* **Available records**
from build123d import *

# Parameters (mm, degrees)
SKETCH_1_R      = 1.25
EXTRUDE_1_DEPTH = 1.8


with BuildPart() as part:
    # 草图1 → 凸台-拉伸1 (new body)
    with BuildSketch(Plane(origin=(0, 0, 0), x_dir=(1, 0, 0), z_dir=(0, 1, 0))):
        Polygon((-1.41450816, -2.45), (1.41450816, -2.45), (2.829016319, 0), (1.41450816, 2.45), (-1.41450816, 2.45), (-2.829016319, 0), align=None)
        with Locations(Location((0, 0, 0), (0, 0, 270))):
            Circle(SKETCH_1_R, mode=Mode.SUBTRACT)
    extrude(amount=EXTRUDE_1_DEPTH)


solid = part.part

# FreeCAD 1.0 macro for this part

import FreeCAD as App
import Part
import Sketcher
Q = App.Units.Quantity


def add_polygon(sketch, points):
    """Adds a closed chain of lines whose ends are joined by coincident constraints."""
    first, n = sketch.GeometryCount, len(points)
    for a, b in zip(points, points[1:] + points[:1]):
        sketch.addGeometry(Part.LineSegment(App.Vector(*a, 0), App.Vector(*b, 0)), False)
    for i in range(n):
        sketch.addConstraint(Sketcher.Constraint("Coincident", first + i, 2, first + (i + 1) % n, 1))

doc = App.newDocument("Part")
body = doc.addObject("PartDesign::Body", "Body")

sketch1 = body.newObject("Sketcher::SketchObject", "Sketch")
sketch1.AttachmentSupport = (doc.getObject("XZ_Plane"), [""])
sketch1.MapMode = "FlatFace"
add_polygon(sketch1, [(-1.4, 2.5), (1.4, 2.5), (2.8, 0), (1.4, -2.5), (-1.4, -2.5), (-2.8, 0)])
sketch1.addGeometry(Part.Circle(App.Vector(0, 0, 0), App.Vector(0, 0, 1), 1.2), False)
sketch1.addConstraint([
    Sketcher.Constraint("Horizontal", 0),
    Sketcher.Constraint("Horizontal", 3),
    Sketcher.Constraint("Coincident", 6, 3, -1, 1),
    Sketcher.Constraint("Symmetric", 0, 2, 3, 2, -1, 1),
    Sketcher.Constraint("Symmetric", 1, 2, 4, 2, -1, 1),
    Sketcher.Constraint("PointOnObject", 1, 2, -1),
    Sketcher.Constraint("Parallel", 2, 5),
    Sketcher.Constraint("Vertical", 0, 2, 2, 2),
    Sketcher.Constraint("Diameter", 6, 2.5),
    Sketcher.Constraint("Angle", 1, Q("-60 deg")),
    Sketcher.Constraint("DistanceY", 2, 2, 0, 2, 4.9),
    Sketcher.Constraint("DistanceX", 0, 1, 0, 2, 2.829016),
])
pad1 = body.newObject("PartDesign::Pad", "Pad")
pad1.Profile = sketch1
pad1.Length = 1.8
pad1.Reversed = True

doc.recompute()
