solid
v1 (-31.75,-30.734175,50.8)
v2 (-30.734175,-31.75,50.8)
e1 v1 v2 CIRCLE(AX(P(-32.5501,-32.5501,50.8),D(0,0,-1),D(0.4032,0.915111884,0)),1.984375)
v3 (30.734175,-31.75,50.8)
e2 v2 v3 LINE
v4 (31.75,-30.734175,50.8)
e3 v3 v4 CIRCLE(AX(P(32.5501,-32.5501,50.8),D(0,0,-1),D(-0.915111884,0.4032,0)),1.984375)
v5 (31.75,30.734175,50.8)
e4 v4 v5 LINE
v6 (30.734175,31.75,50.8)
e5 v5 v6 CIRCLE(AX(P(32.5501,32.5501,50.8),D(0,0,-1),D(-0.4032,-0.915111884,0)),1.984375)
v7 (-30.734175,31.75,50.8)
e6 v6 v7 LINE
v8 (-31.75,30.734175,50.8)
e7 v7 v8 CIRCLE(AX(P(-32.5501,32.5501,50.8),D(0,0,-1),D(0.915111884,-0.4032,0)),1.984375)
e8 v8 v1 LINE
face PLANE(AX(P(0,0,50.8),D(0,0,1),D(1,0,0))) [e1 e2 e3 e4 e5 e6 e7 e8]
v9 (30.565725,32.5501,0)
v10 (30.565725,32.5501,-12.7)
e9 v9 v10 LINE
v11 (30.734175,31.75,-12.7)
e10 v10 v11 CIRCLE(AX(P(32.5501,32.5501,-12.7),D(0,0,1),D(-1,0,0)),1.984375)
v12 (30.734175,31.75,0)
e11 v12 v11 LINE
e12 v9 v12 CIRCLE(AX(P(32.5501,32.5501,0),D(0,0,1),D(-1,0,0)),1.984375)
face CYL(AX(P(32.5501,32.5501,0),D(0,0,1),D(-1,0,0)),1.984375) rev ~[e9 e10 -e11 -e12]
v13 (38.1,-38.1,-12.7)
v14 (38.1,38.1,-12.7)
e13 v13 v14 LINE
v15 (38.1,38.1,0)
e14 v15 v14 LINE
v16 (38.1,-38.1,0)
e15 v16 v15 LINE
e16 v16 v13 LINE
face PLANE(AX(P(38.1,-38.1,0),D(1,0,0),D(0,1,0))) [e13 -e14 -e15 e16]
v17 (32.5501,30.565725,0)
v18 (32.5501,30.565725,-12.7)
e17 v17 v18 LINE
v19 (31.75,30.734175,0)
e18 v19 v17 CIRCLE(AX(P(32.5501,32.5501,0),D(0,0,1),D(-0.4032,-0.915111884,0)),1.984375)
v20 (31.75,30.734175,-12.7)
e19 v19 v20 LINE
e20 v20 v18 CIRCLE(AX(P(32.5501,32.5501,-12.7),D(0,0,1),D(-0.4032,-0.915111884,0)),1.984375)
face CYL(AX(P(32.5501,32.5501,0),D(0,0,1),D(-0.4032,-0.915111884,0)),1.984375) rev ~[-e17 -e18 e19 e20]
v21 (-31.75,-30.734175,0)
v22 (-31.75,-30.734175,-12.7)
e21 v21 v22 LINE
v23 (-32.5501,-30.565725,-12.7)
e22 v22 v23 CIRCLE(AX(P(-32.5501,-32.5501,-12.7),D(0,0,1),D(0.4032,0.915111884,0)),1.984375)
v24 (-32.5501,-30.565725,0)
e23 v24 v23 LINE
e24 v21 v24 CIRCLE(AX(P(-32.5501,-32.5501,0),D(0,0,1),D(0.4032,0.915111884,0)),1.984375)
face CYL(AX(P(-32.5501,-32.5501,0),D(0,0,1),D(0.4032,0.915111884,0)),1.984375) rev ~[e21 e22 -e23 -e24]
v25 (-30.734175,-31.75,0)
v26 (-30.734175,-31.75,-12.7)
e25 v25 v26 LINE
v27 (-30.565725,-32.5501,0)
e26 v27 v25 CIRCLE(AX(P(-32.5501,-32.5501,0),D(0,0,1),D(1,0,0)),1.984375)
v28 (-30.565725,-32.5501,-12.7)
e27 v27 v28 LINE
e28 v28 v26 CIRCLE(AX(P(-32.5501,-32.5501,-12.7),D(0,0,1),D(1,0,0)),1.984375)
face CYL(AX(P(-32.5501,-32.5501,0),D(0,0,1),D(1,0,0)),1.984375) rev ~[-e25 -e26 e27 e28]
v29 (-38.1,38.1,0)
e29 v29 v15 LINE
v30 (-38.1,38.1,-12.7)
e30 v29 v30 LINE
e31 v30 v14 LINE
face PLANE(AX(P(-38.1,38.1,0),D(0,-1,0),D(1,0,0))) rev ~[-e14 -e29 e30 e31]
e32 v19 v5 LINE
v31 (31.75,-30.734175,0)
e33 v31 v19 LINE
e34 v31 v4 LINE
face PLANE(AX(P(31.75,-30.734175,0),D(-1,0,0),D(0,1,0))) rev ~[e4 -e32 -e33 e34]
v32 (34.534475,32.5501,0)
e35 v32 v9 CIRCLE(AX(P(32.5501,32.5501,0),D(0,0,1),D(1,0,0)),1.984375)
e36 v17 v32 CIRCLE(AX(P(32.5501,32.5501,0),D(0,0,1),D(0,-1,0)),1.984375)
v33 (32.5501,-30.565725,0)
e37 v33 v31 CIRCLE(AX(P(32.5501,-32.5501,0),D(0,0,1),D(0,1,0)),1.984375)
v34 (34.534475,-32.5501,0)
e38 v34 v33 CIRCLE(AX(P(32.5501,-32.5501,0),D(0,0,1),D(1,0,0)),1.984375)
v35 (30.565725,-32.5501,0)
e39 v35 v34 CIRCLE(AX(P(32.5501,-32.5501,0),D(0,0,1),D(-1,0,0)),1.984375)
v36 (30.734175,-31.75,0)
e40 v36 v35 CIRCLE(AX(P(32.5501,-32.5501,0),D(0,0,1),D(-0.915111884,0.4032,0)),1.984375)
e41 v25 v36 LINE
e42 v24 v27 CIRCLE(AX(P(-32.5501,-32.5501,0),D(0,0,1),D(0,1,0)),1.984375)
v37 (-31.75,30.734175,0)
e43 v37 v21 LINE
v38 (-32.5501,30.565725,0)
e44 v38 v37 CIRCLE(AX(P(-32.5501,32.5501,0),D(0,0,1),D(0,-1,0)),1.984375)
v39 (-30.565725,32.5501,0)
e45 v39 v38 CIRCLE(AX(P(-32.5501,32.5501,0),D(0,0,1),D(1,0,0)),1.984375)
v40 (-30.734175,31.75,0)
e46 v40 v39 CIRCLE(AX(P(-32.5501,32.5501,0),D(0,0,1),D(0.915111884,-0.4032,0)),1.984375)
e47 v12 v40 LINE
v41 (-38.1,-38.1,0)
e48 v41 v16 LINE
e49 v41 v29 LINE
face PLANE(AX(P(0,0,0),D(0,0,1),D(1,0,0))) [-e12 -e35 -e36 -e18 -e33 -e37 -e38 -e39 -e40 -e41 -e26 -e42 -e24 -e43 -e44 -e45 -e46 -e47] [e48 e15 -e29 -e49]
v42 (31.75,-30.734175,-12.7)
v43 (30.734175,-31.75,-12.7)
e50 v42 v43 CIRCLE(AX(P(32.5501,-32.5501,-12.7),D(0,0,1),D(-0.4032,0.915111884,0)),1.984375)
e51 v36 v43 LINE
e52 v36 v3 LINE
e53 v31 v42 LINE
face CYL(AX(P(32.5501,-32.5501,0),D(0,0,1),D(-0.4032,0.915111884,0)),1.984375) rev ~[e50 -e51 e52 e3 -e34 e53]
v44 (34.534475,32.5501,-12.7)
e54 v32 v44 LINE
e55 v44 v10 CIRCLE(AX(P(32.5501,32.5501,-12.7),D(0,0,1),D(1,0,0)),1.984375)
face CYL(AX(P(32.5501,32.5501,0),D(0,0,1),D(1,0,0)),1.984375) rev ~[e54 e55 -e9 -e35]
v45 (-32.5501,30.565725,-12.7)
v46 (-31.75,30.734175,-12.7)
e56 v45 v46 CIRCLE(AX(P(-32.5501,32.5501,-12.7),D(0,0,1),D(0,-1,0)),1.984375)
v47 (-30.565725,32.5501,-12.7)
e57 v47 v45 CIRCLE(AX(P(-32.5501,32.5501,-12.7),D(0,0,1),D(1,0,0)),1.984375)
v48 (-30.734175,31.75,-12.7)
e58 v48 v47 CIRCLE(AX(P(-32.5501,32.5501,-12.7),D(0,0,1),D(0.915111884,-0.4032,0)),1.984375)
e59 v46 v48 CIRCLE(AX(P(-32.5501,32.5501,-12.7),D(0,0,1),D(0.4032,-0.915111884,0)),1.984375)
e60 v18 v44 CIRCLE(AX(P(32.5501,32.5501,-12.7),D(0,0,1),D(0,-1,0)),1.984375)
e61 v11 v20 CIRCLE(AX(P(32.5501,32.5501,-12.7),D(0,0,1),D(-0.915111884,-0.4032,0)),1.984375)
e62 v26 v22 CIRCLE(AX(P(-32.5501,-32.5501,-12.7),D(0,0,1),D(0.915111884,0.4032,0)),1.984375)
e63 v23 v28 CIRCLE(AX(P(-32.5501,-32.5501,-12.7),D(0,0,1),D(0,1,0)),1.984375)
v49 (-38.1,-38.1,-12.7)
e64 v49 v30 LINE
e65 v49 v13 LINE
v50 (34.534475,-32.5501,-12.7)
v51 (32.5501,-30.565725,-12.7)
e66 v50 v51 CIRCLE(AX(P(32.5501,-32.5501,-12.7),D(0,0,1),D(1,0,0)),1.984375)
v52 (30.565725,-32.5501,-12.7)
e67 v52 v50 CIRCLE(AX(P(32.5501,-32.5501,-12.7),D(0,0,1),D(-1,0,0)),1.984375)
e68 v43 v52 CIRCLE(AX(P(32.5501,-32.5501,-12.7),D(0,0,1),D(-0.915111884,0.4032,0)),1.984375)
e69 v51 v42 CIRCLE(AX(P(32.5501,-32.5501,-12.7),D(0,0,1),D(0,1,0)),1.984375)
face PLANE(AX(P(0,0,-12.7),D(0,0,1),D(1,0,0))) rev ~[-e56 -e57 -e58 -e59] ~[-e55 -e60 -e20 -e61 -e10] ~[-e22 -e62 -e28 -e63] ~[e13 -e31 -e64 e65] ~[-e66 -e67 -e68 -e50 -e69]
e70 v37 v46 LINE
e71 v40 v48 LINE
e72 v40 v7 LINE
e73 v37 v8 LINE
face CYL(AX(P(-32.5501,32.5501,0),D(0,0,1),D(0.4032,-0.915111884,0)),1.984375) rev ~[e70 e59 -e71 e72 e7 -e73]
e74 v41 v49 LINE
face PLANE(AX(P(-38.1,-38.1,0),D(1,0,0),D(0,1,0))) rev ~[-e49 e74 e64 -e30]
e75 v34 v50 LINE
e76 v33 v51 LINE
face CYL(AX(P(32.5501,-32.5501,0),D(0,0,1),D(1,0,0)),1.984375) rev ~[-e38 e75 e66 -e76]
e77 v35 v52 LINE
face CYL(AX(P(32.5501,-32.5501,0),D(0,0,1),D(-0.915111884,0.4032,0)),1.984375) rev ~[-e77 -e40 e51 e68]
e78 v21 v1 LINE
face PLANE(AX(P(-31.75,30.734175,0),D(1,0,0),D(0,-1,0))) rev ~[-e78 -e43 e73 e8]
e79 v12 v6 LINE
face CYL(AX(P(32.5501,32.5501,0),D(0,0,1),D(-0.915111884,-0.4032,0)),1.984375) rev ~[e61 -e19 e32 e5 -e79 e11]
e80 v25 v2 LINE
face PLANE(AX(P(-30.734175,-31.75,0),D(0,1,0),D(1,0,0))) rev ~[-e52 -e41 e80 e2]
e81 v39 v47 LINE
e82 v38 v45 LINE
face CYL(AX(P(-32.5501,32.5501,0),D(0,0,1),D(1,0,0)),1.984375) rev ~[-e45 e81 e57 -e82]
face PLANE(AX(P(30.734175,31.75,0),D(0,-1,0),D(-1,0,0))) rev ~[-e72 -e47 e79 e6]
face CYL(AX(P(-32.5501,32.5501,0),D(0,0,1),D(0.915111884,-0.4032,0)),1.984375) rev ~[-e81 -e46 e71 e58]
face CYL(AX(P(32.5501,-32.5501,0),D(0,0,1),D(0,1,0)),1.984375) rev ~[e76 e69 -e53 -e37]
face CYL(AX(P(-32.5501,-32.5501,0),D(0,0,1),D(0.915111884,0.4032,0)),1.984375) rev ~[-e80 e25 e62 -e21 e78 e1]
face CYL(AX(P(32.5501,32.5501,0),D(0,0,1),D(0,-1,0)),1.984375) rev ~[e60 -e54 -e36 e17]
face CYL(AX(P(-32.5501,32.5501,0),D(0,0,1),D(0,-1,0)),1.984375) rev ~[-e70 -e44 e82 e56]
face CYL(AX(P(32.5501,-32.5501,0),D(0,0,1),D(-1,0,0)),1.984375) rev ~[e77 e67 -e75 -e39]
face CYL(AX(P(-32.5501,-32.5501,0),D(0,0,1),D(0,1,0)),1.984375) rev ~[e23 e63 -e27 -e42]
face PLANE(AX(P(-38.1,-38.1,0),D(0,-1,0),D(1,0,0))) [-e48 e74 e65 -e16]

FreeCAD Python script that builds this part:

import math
import FreeCAD as App
import Part
import Sketcher

V = App.Vector
Q = App.Units.Quantity

doc = App.newDocument("Part")
body = doc.addObject("PartDesign::Body", "Body")

sketch1 = body.newObject("Sketcher::SketchObject", "Sketch")
sketch1.AttachmentSupport = (doc.getObject("XY_Plane"), [""])
sketch1.MapMode = "FlatFace"
sketch1.addGeometry([
    Part.LineSegment(V(-38, 38, 0), V(-38, -38, 0)),
    Part.LineSegment(V(-38, -38, 0), V(38, -38, 0)),
    Part.LineSegment(V(38, -38, 0), V(38, 38, 0)),
    Part.LineSegment(V(38, 38, 0), V(-38, 38, 0)),
], False)
sketch1.addConstraint([
    Sketcher.Constraint("Coincident", 0, 2, 1, 1),
    Sketcher.Constraint("Coincident", 1, 2, 2, 1),
    Sketcher.Constraint("Coincident", 2, 2, 3, 1),
    Sketcher.Constraint("Coincident", 3, 2, 0, 1),
    Sketcher.Constraint("Vertical", 0),
    Sketcher.Constraint("Horizontal", 1),
    Sketcher.Constraint("Vertical", 2),
    Sketcher.Constraint("Horizontal", 3),
    Sketcher.Constraint("Symmetric", 0, 2, 2, 2, -1, 1),
    Sketcher.Constraint("Equal", 3, 0),
    Sketcher.Constraint("DistanceX", 1, 1, 1, 2, Q("3 in")),
])
pad1 = body.newObject("PartDesign::Pad", "Pad")
pad1.Profile = sketch1
pad1.Length = Q("0.5 in")
pad1.Reversed = True

sketch2 = body.newObject("Sketcher::SketchObject", "Sketch001")
sketch2.AttachmentSupport = (doc.getObject("XY_Plane"), [""])
sketch2.MapMode = "FlatFace"
sketch2.addGeometry([
    Part.ArcOfCircle(Part.Circle(V(-32.6, -32.6, 0), V(0, 0, 1), 2), math.radians(24), math.radians(66)),
    Part.LineSegment(V(-30.7, -31.8, 0), V(30.7, -31.8, 0)),
    Part.ArcOfCircle(Part.Circle(V(32.6, -32.6, 0), V(0, 0, 1), 2), math.radians(114), math.radians(156)),
    Part.LineSegment(V(31.8, -30.7, 0), V(31.8, 30.7, 0)),
    Part.ArcOfCircle(Part.Circle(V(32.6, 32.6, 0), V(0, 0, 1), 2), math.radians(-156), math.radians(-114)),
    Part.LineSegment(V(30.7, 31.8, 0), V(-30.7, 31.8, 0)),
    Part.ArcOfCircle(Part.Circle(V(-32.6, 32.6, 0), V(0, 0, 1), 2), math.radians(-66), math.radians(-24)),
    Part.LineSegment(V(-31.8, 30.7, 0), V(-31.8, -30.7, 0)),
], False)
sketch2.addConstraint([
    Sketcher.Constraint("Coincident", 0, 1, 1, 1),
    Sketcher.Constraint("Coincident", 1, 2, 2, 2),
    Sketcher.Constraint("Coincident", 2, 1, 3, 1),
    Sketcher.Constraint("Coincident", 3, 2, 4, 2),
    Sketcher.Constraint("Coincident", 4, 1, 5, 1),
    Sketcher.Constraint("Coincident", 5, 2, 6, 2),
    Sketcher.Constraint("Coincident", 6, 1, 7, 1),
    Sketcher.Constraint("Coincident", 7, 2, 0, 2),
    Sketcher.Constraint("Horizontal", 1),
    Sketcher.Constraint("Vertical", 3),
    Sketcher.Constraint("Horizontal", 5),
    Sketcher.Constraint("Vertical", 7),
    Sketcher.Constraint("Equal", 0, 2),
    Sketcher.Constraint("Equal", 2, 4),
    Sketcher.Constraint("Equal", 4, 6),
    Sketcher.Constraint("Symmetric", 0, 3, 4, 3, -1, 1),
    Sketcher.Constraint("Symmetric", 2, 3, 6, 3, -1, 1),
    Sketcher.Constraint("Symmetric", 0, 3, 2, 3, -2),
    Sketcher.Constraint("Horizontal", 3, 2, 6, 1),
    Sketcher.Constraint("Vertical", 1, 2, 4, 1),
    Sketcher.Constraint("Equal", 5, 3),
    Sketcher.Constraint("Radius", 0, Q("0.078125 in")),
    Sketcher.Constraint("DistanceY", 1, 2, 4, 1, Q("2.5 in")),
    Sketcher.Constraint("DistanceX", -1, 1, 2, 1, Q("1.25 in")),
    Sketcher.Constraint("DistanceX", 0, 3, 2, 3, Q("2.563 in")),
])
pad2 = body.newObject("PartDesign::Pad", "Pad001")
pad2.Profile = sketch2
pad2.Length = Q("2 in")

* **Your objective**
Find the line with "v23 (-32.5501,-30.565725,-12.7)" in the entries above. Retype it and each line after it, exactly, through the line with "e28 v28 v26", and stop there.

* **Solution for this exercise**
v23 (-32.5501,-30.565725,-12.7)
e22 v22 v23 CIRCLE(AX(P(-32.5501,-32.5501,-12.7),D(0,0,1),D(0.4032,0.915111884,0)),1.984375)
v24 (-32.5501,-30.565725,0)
e23 v24 v23 LINE
e24 v21 v24 CIRCLE(AX(P(-32.5501,-32.5501,0),D(0,0,1),D(0.4032,0.915111884,0)),1.984375)
face CYL(AX(P(-32.5501,-32.5501,0),D(0,0,1),D(0.4032,0.915111884,0)),1.984375) rev ~[e21 e22 -e23 -e24]
v25 (-30.734175,-31.75,0)
v26 (-30.734175,-31.75,-12.7)
e25 v25 v26 LINE
v27 (-30.565725,-32.5501,0)
e26 v27 v25 CIRCLE(AX(P(-32.5501,-32.5501,0),D(0,0,1),D(1,0,0)),1.984375)
v28 (-30.565725,-32.5501,-12.7)
e27 v27 v28 LINE
e28 v28 v26 CIRCLE(AX(P(-32.5501,-32.5501,-12.7),D(0,0,1),D(1,0,0)),1.984375)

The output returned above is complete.